At the same time, there are challenges inherent with big data and data mashups, particularly in the environment and human health arena. Environment and health represent very diverse scientific areas with different research cultures, ethos, languages, and expertise. Equally diverse are the types of data involved (including time and spatial scales, and different types of modeled data), often with no standardization of the data to allow easy linkage beyond time and space variables, as data types are mostly shaped by the needs of the communities where they originated and have been used. Furthermore, these “secondary data” (i.e., data re-used in research) are often not even originated for this purpose, a particularly relevant distinction in the context of routine health data re-use. And the ways in which the research communities in health and environmental sciences approach data analysis and synthesis, as well as statistical and mathematical modeling, are widely different.
There is a lack of trained personnel who can span these interdisciplinary divides or who have the necessary expertise in the techniques that make adequate bridging possible, such as software development, big data management and storage, and data analyses.
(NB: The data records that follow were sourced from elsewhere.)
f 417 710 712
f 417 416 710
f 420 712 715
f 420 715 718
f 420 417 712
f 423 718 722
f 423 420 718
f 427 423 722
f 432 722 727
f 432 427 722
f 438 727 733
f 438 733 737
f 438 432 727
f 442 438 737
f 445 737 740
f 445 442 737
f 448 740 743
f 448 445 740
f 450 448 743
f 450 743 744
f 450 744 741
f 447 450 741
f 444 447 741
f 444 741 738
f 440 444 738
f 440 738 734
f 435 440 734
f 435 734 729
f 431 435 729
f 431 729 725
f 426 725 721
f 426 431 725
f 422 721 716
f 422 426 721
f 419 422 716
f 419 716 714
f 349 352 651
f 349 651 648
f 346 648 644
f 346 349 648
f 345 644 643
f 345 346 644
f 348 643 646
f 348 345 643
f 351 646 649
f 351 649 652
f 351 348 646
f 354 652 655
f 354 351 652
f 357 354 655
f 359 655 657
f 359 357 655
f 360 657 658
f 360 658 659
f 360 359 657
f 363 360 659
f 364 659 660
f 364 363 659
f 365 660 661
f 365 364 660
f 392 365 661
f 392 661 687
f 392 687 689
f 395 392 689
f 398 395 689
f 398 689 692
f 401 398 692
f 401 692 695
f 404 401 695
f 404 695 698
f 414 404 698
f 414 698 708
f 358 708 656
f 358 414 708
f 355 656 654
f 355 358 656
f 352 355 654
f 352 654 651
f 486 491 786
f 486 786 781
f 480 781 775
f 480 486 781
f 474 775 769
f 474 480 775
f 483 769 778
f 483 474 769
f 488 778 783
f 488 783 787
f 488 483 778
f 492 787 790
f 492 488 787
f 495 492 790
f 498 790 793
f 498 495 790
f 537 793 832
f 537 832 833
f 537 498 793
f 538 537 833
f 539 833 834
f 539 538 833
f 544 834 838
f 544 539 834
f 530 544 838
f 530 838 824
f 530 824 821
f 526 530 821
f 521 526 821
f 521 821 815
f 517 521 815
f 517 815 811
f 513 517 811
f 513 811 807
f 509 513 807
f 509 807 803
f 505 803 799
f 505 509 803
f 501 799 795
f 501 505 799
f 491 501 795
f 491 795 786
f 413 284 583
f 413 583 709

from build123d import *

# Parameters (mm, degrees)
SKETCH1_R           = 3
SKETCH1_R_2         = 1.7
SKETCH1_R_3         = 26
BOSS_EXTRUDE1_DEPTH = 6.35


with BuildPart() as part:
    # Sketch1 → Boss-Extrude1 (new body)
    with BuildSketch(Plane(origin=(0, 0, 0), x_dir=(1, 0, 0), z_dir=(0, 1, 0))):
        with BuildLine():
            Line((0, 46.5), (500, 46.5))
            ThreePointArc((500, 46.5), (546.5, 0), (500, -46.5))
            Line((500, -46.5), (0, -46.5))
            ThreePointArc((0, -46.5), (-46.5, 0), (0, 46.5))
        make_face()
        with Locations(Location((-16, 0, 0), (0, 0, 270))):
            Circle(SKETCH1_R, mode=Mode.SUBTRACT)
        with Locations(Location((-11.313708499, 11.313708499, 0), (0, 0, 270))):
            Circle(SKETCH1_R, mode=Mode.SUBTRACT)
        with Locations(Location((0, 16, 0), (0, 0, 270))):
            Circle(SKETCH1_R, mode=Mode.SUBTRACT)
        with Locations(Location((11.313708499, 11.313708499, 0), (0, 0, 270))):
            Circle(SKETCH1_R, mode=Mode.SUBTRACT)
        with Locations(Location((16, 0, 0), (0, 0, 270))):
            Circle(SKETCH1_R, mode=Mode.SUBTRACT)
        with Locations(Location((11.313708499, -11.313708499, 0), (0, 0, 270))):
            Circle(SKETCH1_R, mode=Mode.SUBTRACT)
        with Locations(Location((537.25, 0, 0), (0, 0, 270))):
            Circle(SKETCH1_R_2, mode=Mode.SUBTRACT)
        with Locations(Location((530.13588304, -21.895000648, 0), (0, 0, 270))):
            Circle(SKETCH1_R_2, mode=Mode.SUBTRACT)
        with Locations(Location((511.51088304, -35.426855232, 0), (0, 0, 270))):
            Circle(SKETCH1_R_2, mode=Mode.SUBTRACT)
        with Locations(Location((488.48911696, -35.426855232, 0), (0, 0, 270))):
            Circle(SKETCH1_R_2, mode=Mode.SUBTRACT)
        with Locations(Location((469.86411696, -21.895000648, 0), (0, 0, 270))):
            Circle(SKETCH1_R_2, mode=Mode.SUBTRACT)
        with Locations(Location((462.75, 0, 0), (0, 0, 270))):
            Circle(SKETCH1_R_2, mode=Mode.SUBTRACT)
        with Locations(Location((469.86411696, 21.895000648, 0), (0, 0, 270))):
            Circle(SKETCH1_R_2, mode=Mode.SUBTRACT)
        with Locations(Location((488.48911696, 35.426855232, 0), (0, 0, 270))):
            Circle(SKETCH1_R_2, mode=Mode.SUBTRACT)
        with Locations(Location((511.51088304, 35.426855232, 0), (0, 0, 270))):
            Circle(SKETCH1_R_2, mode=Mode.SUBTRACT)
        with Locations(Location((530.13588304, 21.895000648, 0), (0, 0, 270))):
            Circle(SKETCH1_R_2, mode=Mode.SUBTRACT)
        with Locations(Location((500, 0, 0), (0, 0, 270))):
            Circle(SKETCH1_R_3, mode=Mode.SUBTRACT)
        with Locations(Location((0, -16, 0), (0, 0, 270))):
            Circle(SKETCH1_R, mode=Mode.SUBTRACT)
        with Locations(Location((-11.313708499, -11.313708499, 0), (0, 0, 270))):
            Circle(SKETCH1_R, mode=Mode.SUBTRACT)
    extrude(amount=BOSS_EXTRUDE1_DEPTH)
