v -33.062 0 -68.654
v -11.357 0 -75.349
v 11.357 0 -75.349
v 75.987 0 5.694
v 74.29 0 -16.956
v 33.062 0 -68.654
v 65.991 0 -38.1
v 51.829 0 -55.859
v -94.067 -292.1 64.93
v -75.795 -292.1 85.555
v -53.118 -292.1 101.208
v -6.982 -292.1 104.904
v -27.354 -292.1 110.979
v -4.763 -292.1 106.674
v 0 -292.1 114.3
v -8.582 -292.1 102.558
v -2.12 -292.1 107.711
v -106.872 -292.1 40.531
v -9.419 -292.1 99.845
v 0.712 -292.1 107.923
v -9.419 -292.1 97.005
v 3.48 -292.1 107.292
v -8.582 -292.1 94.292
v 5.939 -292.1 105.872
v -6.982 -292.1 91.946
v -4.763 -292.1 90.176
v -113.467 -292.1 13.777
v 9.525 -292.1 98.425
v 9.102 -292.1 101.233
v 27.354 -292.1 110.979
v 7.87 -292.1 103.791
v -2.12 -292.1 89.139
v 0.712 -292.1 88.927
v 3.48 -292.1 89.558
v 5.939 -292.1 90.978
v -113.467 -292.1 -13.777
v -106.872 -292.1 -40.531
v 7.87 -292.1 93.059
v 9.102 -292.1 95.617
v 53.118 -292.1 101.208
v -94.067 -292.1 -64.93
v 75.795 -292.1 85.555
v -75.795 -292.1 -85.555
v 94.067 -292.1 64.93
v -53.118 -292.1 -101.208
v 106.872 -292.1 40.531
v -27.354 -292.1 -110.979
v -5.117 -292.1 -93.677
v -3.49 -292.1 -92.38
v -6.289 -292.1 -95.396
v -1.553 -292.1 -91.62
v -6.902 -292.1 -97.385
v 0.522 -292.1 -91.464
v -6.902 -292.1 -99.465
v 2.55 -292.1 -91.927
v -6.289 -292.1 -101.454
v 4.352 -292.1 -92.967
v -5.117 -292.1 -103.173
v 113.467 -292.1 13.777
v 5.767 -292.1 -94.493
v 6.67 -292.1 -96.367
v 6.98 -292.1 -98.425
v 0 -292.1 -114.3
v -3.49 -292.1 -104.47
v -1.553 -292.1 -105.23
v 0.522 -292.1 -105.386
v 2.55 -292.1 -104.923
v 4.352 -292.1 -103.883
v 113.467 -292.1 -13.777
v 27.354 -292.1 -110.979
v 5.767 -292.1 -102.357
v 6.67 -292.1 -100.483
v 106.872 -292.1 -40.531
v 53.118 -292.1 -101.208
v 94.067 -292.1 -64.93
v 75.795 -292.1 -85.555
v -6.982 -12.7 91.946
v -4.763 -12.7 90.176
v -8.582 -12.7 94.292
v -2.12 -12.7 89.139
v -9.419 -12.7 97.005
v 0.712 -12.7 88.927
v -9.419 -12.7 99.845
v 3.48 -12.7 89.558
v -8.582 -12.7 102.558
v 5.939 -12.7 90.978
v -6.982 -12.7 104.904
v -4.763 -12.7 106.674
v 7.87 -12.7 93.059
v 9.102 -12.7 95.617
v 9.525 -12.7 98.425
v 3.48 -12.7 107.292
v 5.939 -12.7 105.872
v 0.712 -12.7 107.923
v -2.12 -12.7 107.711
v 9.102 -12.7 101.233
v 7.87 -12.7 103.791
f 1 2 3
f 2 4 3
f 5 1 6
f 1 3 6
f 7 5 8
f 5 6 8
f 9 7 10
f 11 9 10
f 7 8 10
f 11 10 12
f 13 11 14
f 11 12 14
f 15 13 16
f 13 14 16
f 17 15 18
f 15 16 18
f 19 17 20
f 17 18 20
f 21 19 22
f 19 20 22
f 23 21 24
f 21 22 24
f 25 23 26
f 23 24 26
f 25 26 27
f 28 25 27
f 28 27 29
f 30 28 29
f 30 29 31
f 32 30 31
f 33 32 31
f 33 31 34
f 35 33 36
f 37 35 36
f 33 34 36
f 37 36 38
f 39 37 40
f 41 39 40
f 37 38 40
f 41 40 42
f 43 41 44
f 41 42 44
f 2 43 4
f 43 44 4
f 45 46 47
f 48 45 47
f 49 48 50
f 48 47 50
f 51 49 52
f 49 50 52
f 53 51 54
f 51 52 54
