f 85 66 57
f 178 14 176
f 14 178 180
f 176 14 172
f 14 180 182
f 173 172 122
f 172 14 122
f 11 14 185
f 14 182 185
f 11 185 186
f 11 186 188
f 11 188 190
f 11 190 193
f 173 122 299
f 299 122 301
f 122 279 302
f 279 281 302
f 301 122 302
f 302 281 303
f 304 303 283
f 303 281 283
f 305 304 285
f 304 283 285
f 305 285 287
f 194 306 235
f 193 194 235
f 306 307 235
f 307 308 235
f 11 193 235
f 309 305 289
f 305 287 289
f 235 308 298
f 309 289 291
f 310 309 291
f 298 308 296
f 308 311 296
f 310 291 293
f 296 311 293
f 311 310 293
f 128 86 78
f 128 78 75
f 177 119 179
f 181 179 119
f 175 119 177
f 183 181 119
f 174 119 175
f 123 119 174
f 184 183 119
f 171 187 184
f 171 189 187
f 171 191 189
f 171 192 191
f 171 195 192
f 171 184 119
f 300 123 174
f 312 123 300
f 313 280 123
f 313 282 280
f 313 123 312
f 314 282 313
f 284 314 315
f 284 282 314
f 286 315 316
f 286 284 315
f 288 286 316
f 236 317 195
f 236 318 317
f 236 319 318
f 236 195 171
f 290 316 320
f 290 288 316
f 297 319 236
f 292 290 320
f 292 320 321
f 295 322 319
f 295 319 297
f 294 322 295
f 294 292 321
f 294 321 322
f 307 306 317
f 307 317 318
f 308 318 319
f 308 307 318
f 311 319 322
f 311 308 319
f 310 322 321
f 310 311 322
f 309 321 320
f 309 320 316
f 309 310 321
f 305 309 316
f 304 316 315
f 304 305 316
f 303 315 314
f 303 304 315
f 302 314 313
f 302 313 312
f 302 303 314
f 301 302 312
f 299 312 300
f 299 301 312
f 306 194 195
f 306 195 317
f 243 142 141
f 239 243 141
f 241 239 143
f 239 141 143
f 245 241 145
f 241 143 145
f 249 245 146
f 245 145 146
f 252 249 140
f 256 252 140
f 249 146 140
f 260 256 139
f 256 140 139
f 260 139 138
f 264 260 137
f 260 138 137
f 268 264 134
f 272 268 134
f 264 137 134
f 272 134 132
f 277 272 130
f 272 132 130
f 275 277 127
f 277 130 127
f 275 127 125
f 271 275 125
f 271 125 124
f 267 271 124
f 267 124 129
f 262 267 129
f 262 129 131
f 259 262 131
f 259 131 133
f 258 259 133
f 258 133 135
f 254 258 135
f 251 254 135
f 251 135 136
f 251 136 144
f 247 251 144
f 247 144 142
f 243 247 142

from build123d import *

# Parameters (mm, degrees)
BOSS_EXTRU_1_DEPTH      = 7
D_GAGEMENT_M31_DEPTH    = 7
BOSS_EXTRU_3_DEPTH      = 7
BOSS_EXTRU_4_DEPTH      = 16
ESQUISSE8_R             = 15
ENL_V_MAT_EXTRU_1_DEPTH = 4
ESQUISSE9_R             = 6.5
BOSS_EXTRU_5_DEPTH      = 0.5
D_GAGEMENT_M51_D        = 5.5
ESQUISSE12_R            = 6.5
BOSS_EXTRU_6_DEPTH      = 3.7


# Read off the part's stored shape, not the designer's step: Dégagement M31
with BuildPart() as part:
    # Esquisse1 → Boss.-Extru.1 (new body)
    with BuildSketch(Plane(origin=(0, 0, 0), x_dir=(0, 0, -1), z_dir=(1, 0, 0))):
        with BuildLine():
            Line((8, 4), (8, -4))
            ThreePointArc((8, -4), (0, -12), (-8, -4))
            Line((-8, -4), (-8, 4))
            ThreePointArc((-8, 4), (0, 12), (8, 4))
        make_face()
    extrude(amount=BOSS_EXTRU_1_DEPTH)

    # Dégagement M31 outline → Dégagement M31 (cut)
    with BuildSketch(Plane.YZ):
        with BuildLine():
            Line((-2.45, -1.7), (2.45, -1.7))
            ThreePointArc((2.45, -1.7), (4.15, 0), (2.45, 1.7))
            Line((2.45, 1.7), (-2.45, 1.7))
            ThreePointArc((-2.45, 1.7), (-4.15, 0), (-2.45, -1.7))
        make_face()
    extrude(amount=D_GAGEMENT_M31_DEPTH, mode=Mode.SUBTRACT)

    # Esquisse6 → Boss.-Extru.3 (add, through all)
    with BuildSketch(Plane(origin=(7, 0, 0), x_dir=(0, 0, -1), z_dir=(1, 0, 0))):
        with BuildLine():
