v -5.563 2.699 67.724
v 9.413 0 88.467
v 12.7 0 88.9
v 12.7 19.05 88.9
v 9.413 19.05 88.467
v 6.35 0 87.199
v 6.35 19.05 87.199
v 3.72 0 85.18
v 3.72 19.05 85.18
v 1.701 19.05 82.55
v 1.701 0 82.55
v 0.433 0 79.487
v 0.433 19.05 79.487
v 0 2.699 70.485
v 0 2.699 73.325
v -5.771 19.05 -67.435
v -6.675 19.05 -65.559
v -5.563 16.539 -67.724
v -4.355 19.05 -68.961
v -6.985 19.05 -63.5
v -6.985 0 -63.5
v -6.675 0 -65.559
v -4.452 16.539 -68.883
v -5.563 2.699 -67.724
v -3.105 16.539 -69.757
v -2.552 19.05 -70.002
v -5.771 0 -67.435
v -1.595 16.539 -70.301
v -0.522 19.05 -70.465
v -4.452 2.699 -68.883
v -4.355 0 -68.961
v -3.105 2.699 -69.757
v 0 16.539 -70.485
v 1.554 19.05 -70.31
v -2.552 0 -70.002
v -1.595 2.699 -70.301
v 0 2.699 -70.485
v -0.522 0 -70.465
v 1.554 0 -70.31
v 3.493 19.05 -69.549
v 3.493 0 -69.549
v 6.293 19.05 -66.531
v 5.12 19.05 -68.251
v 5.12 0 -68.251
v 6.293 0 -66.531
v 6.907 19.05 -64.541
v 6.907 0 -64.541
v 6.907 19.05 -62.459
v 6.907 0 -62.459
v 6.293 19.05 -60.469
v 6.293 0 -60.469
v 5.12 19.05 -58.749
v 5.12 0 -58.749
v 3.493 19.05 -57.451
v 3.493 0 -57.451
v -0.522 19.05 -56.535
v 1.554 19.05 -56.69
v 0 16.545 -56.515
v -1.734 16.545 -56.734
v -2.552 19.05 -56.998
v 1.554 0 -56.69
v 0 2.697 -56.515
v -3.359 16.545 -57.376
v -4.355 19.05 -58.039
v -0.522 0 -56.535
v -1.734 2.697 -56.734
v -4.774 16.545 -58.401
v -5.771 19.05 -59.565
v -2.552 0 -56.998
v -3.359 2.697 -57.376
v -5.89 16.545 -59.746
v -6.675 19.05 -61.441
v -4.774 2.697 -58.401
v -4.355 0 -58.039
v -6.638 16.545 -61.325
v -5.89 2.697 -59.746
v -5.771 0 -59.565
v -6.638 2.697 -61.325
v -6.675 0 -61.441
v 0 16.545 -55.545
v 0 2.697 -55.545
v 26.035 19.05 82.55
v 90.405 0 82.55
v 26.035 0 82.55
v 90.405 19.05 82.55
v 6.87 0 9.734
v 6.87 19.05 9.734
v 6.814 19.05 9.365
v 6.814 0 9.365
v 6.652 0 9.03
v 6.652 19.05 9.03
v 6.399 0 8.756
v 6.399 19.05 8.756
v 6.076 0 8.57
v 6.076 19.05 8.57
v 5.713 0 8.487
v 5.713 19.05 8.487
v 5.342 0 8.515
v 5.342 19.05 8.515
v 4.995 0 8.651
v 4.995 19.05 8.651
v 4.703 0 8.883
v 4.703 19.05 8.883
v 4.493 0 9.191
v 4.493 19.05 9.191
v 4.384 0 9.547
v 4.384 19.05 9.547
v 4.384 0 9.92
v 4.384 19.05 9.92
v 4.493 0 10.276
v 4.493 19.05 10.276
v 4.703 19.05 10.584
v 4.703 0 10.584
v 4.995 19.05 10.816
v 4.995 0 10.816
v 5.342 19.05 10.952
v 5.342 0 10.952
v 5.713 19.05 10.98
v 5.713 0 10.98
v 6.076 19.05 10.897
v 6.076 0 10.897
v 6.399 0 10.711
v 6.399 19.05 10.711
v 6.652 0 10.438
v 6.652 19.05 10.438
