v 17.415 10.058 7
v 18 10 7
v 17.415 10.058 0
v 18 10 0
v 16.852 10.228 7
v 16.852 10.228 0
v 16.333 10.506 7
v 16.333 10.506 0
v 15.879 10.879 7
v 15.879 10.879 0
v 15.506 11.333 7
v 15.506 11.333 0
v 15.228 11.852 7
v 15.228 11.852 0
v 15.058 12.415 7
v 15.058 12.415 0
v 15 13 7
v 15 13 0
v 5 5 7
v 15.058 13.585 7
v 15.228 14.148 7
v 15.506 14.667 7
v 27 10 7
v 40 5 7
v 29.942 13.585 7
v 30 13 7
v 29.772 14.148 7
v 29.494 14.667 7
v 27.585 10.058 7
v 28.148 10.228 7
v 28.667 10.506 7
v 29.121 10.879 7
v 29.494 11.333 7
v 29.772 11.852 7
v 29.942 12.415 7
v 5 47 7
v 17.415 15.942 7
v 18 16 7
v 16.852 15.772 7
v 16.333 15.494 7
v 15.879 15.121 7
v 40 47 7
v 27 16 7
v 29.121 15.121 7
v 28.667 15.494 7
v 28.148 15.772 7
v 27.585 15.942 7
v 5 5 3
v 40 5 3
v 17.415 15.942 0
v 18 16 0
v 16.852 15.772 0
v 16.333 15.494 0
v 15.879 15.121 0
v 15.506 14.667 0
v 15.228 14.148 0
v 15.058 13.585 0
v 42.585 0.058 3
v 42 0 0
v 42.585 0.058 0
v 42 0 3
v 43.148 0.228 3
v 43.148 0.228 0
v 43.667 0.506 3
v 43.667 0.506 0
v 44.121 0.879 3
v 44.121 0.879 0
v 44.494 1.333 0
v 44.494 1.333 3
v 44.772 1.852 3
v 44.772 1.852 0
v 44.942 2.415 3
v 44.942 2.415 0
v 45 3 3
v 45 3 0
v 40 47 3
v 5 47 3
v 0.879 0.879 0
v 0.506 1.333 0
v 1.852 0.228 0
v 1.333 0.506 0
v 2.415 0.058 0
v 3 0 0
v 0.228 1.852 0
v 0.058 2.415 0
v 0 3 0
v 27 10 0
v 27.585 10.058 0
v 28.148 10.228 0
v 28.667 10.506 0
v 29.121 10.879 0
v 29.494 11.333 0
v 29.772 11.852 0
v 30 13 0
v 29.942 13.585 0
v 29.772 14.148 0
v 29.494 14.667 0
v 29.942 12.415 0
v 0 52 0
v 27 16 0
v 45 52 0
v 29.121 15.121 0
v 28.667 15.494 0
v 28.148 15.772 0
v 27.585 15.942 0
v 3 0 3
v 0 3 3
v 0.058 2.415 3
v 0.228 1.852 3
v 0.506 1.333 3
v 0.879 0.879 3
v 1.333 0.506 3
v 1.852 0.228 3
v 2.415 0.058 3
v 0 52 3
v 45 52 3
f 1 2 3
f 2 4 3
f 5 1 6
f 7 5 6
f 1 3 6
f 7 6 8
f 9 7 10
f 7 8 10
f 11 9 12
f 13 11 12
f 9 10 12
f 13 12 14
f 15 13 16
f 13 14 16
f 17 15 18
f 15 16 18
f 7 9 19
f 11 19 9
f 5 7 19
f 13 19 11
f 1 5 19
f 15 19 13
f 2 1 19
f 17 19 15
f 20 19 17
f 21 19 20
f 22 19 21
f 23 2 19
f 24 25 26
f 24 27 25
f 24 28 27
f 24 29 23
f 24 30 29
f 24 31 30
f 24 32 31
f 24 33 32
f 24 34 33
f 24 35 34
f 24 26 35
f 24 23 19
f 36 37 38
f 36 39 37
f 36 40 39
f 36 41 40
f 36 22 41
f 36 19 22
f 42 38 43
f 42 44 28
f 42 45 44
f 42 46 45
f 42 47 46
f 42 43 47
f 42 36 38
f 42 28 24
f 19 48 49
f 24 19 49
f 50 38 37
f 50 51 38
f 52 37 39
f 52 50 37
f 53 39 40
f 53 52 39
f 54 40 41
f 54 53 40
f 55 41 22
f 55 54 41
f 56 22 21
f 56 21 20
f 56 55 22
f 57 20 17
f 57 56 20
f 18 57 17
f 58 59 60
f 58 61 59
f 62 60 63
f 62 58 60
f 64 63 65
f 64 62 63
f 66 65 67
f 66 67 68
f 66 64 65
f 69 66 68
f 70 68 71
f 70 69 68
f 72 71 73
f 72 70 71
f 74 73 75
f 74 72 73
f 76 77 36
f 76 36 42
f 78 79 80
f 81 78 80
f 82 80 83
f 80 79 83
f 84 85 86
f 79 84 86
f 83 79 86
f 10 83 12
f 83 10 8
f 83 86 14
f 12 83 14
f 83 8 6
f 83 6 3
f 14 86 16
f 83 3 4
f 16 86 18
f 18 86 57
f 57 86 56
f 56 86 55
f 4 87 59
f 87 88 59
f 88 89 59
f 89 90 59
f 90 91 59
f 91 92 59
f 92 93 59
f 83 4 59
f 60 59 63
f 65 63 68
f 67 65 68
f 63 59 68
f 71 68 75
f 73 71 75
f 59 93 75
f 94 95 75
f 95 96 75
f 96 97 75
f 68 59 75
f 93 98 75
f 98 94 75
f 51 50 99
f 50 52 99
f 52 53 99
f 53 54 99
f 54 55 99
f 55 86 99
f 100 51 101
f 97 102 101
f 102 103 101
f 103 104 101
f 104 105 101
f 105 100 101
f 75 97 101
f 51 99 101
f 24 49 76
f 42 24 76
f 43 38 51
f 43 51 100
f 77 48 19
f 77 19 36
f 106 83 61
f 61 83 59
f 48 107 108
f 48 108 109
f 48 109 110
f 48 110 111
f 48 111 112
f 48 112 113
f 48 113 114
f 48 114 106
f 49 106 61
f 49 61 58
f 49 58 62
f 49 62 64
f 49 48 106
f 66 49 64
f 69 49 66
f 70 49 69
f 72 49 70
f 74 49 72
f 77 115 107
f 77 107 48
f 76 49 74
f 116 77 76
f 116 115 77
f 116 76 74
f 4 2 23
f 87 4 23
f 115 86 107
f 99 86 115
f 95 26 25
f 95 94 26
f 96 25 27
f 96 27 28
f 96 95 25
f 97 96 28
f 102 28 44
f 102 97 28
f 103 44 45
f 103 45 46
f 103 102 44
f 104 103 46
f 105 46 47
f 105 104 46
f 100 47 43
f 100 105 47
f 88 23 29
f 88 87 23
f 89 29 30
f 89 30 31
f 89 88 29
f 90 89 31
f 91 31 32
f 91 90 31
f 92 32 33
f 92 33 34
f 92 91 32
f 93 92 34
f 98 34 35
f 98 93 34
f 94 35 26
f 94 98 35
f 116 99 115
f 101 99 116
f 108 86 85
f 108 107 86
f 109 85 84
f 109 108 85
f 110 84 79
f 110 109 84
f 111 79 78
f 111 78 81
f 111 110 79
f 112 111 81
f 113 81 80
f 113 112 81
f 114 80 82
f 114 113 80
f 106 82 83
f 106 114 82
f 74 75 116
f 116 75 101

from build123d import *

# Parameters (mm, degrees)
SKETCH1_W           = 45
SKETCH1_H           = 52
BOSS_EXTRUDE1_DEPTH = 3
SKETCH2_W           = 35
SKETCH2_H           = 42
BOSS_EXTRUDE2_DEPTH = 4
SKETCH3_W           = 15
SKETCH3_H           = 6
CUT_EXTRUDE1_DEPTH  = 70.123078635
FILLET1_R           = 3


with BuildPart() as part:
    # Sketch1 → Boss-Extrude1 (new body)
    with BuildSketch(Plane.XY):
        with Locations((22.5, 26)):
            Rectangle(SKETCH1_W, SKETCH1_H)
    extrude(amount=BOSS_EXTRUDE1_DEPTH)

    # Sketch2 → Boss-Extrude2 (add)
    with BuildSketch(Plane.XY.offset(3)):
        with Locations((22.5, 26)):
            Rectangle(SKETCH2_W, SKETCH2_H)
    extrude(amount=BOSS_EXTRUDE2_DEPTH)

    # Sketch3 → Cut-Extrude1 (cut, through all)
    with BuildSketch(Plane.XY.offset(7)):
        with Locations((22.5, 13)):
            Rectangle(SKETCH3_W, SKETCH3_H)
    extrude(amount=-CUT_EXTRUDE1_DEPTH, mode=Mode.SUBTRACT)

    # Fillet1
    fillet1_edges = [part.edges().sort_by_distance(p)[0] for p in [
        (30, 10, 3.5),
        (15, 10, 3.5),
        (30, 16, 3.5),
        (15, 16, 3.5),
        (45, 0, 1.5),
        (0, 0, 1.5),
    ]]
    fillet(fillet1_edges, radius=FILLET1_R - 0.0001)  # a hair under: the kernel refuses the full size


solid = part.part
Moreover, health data have unique challenges due to the need to maintain confidentiality and data privacy for the individuals or groups being studied, to evaluate the implications of shared information for the communities affected by research and big data, and to resolve the long-standing issues of intellectual property and data ownership occurring throughout the environment and health fields. As with other areas of big data, the new “digital data divide” is growing, where some researchers and research groups, or corporations and governments, have the access to data and computing resources while others do not, even as citizen participation in research initiatives is increasing. Finally with the exception of some business-related activities, funding, especially with the aim of encouraging the sustainability and accessibility of big data resources (from personnel to hardware), is currently inadequate; there is widespread disagreement over what business models can support long-term maintenance of data infrastructures, and those that exist now are often unable to deal with the complexity and resource-intensive nature of maintaining and updating these tools.
Nevertheless, researchers, policy makers, funders, governments, the media, and members of the general public are increasingly recognizing the innovation and creativity potential of big data in environment and health and many other areas. This can be seen in how the relatively new and powerful movement of Open Data is being crystalized into science policy and funding guidelines. Some of the challenges and opportunities, as well as some salient examples, of the potential of big data and big data mashup applications to environment and human health research are discussed.